Paul Vergès (/fr/; 5 March 1925 – 11/12 November 2016) was a Réunionese politician. Born in Ubon Ratchathani, Siam to a French diplomat father and Vietnamese mother. Vergès founded the Communist Party of Réunion in 1960, a party which he led until he retired in 1994. He made a political comeback at the 2005 European Parliament elections, when he was elected as the third candidate on the list of the French Communist Party, part of the European United Left–Nordic Green Left group. Vergès sat in the European Parliament's Committee on Development.
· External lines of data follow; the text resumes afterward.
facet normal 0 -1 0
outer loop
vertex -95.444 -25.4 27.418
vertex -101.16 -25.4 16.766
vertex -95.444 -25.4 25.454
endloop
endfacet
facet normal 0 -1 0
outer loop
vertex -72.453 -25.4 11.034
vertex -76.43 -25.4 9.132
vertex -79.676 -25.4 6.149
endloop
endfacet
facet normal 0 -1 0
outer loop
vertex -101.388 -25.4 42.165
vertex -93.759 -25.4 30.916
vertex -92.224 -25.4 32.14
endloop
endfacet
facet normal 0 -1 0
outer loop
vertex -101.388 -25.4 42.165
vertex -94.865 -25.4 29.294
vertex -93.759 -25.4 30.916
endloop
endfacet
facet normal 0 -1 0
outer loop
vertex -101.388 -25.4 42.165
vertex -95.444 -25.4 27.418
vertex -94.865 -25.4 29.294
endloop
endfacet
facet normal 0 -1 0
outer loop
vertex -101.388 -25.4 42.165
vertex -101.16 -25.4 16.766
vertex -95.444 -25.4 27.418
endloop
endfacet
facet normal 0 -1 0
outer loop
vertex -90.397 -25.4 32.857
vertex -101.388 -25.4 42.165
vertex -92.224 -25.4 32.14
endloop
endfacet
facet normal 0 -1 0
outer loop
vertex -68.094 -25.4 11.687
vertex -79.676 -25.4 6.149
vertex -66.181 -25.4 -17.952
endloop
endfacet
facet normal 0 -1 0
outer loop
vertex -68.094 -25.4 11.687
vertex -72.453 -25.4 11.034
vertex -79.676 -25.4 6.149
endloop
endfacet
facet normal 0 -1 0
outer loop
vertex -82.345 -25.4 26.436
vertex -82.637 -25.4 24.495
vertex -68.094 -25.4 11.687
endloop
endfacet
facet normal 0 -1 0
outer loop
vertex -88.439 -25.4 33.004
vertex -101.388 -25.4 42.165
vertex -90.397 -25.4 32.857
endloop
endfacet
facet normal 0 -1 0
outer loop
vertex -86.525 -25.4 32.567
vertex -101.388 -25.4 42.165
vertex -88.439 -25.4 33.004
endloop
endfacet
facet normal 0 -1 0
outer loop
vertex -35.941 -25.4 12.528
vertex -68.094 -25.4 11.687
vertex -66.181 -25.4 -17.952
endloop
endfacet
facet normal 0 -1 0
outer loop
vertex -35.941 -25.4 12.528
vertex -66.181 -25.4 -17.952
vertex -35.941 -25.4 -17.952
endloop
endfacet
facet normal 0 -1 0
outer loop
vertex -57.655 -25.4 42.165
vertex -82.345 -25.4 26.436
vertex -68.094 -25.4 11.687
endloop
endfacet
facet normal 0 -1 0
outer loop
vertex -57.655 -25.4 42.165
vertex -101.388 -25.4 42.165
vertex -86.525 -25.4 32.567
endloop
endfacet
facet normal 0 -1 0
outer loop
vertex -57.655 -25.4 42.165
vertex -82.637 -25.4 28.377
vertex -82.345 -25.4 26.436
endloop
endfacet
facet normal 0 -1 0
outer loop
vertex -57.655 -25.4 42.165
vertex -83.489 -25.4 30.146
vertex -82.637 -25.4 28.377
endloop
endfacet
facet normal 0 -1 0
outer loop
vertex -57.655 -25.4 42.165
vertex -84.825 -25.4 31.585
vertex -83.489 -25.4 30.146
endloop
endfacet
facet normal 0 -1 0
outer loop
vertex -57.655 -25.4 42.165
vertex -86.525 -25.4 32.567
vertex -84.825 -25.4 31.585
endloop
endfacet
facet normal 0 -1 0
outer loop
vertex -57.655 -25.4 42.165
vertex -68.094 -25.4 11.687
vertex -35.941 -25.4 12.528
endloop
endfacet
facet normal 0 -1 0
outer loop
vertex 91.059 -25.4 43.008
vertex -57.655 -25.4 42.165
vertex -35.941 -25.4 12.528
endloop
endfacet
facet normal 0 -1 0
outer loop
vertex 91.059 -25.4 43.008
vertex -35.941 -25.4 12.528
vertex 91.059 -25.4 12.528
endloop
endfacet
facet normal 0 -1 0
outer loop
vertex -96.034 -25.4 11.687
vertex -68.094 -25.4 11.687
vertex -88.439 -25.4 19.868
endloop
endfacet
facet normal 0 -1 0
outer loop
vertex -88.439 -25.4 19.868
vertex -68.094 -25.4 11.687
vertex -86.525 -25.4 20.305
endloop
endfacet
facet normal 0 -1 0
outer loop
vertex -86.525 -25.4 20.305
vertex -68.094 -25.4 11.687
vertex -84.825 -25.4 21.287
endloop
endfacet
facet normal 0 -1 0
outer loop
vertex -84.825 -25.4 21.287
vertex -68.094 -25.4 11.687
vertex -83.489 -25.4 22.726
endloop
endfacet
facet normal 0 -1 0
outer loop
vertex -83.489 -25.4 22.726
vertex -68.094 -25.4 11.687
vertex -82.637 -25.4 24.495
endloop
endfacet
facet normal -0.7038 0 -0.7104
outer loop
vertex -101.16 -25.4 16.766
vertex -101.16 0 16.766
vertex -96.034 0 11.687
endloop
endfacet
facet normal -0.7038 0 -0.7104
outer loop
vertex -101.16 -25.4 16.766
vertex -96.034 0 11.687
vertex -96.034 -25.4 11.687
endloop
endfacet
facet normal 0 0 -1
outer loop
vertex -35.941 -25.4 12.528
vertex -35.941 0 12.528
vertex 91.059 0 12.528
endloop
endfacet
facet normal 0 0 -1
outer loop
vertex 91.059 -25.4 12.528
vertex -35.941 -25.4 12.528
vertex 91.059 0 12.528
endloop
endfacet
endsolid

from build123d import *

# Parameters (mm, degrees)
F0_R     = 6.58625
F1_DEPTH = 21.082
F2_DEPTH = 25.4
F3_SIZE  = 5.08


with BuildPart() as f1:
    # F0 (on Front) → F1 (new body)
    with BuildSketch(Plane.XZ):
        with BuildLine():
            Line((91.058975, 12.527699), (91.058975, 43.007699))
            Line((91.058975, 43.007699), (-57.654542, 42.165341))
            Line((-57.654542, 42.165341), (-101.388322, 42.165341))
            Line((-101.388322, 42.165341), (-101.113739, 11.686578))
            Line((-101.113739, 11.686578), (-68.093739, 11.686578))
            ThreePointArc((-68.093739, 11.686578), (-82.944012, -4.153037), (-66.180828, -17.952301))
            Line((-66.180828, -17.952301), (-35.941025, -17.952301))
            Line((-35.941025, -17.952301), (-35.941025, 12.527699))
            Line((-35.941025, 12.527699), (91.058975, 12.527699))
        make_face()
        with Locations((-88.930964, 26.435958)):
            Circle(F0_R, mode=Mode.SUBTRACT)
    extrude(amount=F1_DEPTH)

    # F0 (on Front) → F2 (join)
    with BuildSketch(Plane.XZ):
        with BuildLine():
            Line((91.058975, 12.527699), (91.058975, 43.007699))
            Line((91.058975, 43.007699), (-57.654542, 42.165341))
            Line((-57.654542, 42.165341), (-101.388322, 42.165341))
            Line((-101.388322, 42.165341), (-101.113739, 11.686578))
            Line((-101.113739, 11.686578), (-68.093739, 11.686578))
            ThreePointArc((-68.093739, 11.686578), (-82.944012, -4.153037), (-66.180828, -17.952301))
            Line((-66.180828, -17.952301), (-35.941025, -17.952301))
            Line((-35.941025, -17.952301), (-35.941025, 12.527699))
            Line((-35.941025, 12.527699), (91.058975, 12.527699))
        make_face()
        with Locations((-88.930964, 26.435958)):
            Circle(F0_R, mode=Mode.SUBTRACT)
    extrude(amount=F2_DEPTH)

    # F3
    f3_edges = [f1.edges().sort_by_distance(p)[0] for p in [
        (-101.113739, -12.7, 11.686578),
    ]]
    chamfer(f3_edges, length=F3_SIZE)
Vergès killed the political opponent of his father, Alexis de Villeneuve, on 25 May 1946. He was condemned for the crime to a sentence of 5 years in prison.

Vergès was an MP in the National Assembly of France from 1957 to 1959, from 1987 to 1988 and from 1994 to 1997. He was a Senator in the French Parliament from 1997 to 2005 and again from 2012 to his death in 2016. From 1980 to 1990 and from 2005 to 2008, he was a member of the European Parliament. He was president of the regional council of Réunion from 1999 to 2011, regional councillor since 2011, mayor of Le Port from 1972 to 1990 and general councillor of La Réunion from 1956 to 1968 and again from 1986 to 1999.

In the European Parliament, he was also a member of the Subcommittee on Human Rights, a substitute for the Committee on Regional Development, vice-chair of the ACP-EU Joint Parliamentary Assembly and a substitute for the delegation for relations with the countries of Central America.

Vergès died the night of 11/12 November 2016, at the age of 91. His twin brother was the lawyer Jacques Vergès.